• [Exercise data]:

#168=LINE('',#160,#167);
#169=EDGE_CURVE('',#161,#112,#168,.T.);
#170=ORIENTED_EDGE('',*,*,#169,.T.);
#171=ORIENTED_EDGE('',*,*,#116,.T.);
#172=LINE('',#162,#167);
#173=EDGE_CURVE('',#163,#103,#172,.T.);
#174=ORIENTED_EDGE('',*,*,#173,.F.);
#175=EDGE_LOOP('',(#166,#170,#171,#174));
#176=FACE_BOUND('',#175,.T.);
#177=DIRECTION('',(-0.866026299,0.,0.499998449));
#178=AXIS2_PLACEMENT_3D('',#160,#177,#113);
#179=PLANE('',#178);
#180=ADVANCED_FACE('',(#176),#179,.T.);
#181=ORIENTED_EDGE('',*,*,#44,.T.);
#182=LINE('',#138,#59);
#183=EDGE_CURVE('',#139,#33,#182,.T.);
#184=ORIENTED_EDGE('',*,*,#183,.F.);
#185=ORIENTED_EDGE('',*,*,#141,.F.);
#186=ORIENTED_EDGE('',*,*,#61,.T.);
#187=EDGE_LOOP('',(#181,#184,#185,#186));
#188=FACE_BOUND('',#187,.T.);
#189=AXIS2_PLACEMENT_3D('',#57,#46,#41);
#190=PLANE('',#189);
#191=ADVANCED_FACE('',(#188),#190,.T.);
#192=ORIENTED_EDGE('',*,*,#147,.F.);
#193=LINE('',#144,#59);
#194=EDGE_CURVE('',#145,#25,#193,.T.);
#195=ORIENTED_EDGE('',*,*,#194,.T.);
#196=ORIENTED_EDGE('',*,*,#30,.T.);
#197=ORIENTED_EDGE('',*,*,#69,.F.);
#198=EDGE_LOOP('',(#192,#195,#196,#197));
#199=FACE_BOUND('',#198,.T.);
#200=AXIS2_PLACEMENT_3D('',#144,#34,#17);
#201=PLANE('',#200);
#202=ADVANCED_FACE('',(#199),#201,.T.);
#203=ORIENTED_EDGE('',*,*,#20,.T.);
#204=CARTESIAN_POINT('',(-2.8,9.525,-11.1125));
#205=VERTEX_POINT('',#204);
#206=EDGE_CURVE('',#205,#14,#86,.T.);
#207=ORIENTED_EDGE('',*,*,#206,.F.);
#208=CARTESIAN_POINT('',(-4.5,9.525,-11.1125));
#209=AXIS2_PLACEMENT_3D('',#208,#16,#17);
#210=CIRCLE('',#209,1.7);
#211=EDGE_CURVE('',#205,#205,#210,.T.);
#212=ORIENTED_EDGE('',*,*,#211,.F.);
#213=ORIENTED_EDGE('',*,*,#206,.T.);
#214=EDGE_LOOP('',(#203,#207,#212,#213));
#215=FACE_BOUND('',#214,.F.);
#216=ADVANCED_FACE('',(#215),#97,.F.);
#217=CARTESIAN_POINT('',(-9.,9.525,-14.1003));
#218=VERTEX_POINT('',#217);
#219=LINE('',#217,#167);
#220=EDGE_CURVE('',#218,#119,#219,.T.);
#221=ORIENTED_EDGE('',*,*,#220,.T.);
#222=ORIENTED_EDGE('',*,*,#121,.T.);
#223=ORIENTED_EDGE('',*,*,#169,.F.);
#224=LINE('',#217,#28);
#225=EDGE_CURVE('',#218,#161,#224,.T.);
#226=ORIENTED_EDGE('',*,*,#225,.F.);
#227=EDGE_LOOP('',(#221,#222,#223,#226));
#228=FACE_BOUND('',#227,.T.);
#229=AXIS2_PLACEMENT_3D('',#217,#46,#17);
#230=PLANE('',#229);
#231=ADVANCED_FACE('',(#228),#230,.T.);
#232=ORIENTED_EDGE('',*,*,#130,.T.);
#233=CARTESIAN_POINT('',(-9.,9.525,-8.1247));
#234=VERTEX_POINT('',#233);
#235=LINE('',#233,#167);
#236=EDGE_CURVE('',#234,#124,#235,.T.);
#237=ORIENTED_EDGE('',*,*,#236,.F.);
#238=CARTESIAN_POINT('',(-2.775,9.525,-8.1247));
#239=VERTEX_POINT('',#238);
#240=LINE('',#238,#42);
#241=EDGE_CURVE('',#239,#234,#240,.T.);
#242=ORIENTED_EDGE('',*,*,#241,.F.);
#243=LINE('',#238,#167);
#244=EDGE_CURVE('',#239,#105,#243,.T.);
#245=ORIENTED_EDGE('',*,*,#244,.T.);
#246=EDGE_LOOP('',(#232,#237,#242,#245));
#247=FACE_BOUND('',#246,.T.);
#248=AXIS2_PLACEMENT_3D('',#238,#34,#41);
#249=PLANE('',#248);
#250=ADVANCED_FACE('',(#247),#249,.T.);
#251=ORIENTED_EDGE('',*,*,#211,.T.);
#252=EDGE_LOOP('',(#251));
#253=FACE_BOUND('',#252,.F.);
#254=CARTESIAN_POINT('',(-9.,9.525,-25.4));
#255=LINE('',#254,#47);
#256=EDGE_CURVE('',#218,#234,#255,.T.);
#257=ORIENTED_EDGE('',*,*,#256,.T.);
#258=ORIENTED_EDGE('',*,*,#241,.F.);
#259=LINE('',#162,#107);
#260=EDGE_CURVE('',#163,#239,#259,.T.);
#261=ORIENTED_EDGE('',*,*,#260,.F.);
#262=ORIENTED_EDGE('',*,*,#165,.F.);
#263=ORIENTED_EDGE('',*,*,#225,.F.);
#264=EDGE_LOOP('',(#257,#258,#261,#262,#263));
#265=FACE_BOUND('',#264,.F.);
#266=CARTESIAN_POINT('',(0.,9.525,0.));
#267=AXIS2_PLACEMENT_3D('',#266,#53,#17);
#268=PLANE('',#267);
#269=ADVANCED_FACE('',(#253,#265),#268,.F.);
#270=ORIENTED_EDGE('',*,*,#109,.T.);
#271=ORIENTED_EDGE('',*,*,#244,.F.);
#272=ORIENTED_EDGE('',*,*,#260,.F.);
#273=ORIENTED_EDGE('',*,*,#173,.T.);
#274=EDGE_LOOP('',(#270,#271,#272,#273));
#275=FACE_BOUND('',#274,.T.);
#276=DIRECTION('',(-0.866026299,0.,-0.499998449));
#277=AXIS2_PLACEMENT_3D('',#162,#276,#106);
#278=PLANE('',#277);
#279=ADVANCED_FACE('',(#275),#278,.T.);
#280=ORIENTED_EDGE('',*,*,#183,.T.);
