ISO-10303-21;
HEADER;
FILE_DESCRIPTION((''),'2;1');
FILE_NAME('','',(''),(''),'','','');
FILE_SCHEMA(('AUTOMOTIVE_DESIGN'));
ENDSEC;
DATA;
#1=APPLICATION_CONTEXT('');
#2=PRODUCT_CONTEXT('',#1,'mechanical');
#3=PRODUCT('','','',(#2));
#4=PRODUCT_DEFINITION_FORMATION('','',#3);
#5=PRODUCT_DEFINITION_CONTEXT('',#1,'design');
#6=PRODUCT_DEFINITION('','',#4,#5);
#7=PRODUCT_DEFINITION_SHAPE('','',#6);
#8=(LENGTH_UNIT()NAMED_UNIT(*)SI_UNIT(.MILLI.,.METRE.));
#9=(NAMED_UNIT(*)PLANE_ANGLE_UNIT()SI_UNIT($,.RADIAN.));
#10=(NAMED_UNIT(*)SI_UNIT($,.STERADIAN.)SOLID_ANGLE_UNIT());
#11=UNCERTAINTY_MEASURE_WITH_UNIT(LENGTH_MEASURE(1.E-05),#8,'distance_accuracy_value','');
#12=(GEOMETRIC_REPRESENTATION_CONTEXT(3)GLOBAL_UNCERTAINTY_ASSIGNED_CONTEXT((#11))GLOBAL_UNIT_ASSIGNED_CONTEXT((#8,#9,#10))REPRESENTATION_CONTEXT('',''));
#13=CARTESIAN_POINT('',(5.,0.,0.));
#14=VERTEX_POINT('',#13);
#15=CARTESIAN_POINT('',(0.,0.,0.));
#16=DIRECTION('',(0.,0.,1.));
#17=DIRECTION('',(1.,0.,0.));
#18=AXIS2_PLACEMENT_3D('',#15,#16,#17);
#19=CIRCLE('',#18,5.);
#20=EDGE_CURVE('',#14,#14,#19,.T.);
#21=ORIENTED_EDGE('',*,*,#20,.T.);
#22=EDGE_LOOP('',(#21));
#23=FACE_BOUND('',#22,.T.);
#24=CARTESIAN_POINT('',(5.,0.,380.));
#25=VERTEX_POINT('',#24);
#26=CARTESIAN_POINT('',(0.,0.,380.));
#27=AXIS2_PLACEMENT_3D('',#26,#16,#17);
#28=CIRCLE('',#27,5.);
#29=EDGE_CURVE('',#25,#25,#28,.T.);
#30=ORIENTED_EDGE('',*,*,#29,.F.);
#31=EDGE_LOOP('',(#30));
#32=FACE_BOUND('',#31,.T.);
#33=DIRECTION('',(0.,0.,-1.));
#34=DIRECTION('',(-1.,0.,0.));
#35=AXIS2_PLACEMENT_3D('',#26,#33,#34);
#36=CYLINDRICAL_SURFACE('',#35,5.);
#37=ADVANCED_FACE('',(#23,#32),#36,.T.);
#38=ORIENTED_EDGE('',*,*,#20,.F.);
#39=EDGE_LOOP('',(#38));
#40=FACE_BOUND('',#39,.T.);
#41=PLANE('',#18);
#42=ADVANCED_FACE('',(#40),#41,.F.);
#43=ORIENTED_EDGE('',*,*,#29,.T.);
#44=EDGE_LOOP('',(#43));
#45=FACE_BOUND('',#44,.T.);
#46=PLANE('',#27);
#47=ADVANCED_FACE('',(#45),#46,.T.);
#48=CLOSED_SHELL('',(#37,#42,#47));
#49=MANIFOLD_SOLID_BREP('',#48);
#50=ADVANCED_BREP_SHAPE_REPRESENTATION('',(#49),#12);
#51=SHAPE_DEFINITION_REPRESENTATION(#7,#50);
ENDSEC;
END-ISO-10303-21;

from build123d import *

# Parameters (mm, degrees)
SKETCH1_R           = 5
BOSS_EXTRUDE1_DEPTH = 380


with BuildPart() as part:
    # Sketch1 → Boss-Extrude1 (new body)
    with BuildSketch(Plane.XY):
        Circle(SKETCH1_R)
    extrude(amount=BOSS_EXTRUDE1_DEPTH)


solid = part.part
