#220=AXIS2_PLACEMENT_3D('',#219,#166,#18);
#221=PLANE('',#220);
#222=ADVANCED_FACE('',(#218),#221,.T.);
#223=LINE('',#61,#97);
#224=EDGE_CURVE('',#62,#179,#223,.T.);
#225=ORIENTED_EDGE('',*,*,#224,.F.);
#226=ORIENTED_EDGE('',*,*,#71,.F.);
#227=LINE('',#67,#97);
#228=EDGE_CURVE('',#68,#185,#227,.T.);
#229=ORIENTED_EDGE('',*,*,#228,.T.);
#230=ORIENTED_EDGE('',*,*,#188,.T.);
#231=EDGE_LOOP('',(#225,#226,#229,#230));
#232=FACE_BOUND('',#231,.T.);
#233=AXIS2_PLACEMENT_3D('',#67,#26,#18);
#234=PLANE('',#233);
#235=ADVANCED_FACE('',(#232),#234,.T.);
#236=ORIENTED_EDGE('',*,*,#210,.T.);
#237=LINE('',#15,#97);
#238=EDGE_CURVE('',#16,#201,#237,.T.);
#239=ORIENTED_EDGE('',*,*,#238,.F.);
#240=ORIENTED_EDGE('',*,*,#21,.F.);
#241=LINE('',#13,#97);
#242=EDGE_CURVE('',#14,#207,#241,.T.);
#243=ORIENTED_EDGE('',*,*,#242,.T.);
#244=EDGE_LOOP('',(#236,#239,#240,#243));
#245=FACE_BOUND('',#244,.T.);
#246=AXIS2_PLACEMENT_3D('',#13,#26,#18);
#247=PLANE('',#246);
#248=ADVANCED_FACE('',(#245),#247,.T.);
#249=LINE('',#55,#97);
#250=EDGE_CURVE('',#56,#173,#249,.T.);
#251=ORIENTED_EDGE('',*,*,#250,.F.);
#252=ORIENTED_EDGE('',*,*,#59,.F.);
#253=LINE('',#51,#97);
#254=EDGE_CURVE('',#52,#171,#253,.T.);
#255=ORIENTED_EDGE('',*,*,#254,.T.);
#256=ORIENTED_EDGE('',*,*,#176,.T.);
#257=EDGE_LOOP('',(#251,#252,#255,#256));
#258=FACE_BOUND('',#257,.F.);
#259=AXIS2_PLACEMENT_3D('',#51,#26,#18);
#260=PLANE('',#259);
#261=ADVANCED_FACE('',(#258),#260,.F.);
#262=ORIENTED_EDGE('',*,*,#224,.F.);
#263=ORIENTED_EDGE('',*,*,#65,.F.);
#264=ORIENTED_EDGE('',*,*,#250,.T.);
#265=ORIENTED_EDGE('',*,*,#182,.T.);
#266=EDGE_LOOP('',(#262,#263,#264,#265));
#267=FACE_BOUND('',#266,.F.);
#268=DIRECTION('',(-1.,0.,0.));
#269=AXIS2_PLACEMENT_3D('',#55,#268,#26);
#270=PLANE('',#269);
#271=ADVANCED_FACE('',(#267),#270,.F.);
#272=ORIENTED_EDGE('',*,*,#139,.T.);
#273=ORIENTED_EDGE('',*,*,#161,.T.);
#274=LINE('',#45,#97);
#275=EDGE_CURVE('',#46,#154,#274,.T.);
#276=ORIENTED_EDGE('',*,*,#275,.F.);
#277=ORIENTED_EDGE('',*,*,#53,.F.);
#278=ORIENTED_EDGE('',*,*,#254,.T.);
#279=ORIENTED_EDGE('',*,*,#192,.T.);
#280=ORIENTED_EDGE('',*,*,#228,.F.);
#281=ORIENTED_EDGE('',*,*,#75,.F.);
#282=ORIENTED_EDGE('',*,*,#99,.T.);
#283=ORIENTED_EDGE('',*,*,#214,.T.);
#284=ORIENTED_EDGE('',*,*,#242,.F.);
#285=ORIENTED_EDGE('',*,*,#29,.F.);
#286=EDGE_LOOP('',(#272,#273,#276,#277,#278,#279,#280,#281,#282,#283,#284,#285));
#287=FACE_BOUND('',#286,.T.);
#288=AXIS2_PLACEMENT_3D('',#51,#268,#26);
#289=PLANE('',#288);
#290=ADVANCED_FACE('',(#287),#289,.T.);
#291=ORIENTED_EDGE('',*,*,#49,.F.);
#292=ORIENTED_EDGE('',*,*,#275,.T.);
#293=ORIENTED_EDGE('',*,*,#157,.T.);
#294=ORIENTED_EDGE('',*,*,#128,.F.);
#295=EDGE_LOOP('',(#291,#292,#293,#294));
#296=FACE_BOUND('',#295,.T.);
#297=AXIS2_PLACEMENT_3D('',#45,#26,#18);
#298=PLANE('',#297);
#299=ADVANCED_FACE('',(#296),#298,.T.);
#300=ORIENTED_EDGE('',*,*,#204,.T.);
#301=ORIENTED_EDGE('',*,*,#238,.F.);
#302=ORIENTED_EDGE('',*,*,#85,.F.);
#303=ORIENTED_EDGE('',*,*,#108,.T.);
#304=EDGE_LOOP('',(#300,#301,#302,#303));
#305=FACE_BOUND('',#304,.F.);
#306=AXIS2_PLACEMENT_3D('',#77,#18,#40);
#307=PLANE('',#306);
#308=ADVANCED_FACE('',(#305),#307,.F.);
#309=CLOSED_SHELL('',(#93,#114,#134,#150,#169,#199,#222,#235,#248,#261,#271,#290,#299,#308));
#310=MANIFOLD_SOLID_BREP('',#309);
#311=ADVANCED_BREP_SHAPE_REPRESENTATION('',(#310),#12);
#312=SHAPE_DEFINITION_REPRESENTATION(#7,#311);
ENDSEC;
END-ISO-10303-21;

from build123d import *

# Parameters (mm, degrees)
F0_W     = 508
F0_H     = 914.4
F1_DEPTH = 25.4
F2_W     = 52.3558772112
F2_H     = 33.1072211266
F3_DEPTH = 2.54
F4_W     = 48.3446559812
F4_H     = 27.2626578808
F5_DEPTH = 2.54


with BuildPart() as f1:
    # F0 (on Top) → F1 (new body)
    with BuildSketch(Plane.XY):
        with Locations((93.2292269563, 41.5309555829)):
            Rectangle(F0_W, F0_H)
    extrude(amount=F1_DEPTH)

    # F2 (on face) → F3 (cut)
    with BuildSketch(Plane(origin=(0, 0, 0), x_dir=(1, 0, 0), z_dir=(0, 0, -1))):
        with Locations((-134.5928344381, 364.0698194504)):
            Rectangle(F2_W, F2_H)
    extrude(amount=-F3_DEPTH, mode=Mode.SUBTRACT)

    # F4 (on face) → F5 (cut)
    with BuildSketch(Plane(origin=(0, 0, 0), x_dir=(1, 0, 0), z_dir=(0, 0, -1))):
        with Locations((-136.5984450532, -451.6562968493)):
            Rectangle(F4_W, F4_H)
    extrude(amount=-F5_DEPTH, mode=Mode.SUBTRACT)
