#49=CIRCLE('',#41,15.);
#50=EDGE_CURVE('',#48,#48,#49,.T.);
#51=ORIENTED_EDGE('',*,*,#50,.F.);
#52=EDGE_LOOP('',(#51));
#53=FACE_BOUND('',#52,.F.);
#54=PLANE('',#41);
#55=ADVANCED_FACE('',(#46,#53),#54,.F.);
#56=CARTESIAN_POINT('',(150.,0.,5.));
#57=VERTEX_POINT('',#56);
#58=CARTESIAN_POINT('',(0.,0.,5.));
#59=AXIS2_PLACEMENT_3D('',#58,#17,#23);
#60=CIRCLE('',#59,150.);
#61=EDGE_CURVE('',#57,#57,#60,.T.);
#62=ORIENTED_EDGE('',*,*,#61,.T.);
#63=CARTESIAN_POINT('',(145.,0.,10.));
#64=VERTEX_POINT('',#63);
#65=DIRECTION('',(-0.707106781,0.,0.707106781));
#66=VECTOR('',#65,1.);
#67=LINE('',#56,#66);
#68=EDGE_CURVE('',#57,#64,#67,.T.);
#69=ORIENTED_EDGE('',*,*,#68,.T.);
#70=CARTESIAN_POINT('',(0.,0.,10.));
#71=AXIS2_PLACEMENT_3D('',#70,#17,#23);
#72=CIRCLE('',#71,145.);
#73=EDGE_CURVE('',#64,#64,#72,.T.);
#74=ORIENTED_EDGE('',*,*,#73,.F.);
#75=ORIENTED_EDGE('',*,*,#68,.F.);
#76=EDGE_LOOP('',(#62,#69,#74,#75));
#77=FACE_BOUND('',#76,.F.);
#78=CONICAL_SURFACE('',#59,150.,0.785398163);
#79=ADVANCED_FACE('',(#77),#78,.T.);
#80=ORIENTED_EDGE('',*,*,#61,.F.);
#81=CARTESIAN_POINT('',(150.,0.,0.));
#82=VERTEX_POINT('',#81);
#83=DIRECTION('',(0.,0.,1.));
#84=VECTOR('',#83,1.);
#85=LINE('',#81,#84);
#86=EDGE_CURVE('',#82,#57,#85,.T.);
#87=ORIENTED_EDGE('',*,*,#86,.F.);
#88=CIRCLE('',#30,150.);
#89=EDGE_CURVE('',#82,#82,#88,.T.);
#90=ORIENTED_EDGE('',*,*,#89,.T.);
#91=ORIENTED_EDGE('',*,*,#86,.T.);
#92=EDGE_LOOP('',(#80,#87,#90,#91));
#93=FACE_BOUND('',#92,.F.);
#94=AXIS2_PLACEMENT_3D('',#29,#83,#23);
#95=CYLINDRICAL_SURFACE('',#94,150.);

• [Task to carry out]:
Can you quote exactly the lines from the one containing "#93=FACE_BOUND('',#92,.F.);" through the last line of the records above, and nothing else?

• [Solution to this problem]:
#93=FACE_BOUND('',#92,.F.);
#94=AXIS2_PLACEMENT_3D('',#29,#83,#23);
#95=CYLINDRICAL_SURFACE('',#94,150.);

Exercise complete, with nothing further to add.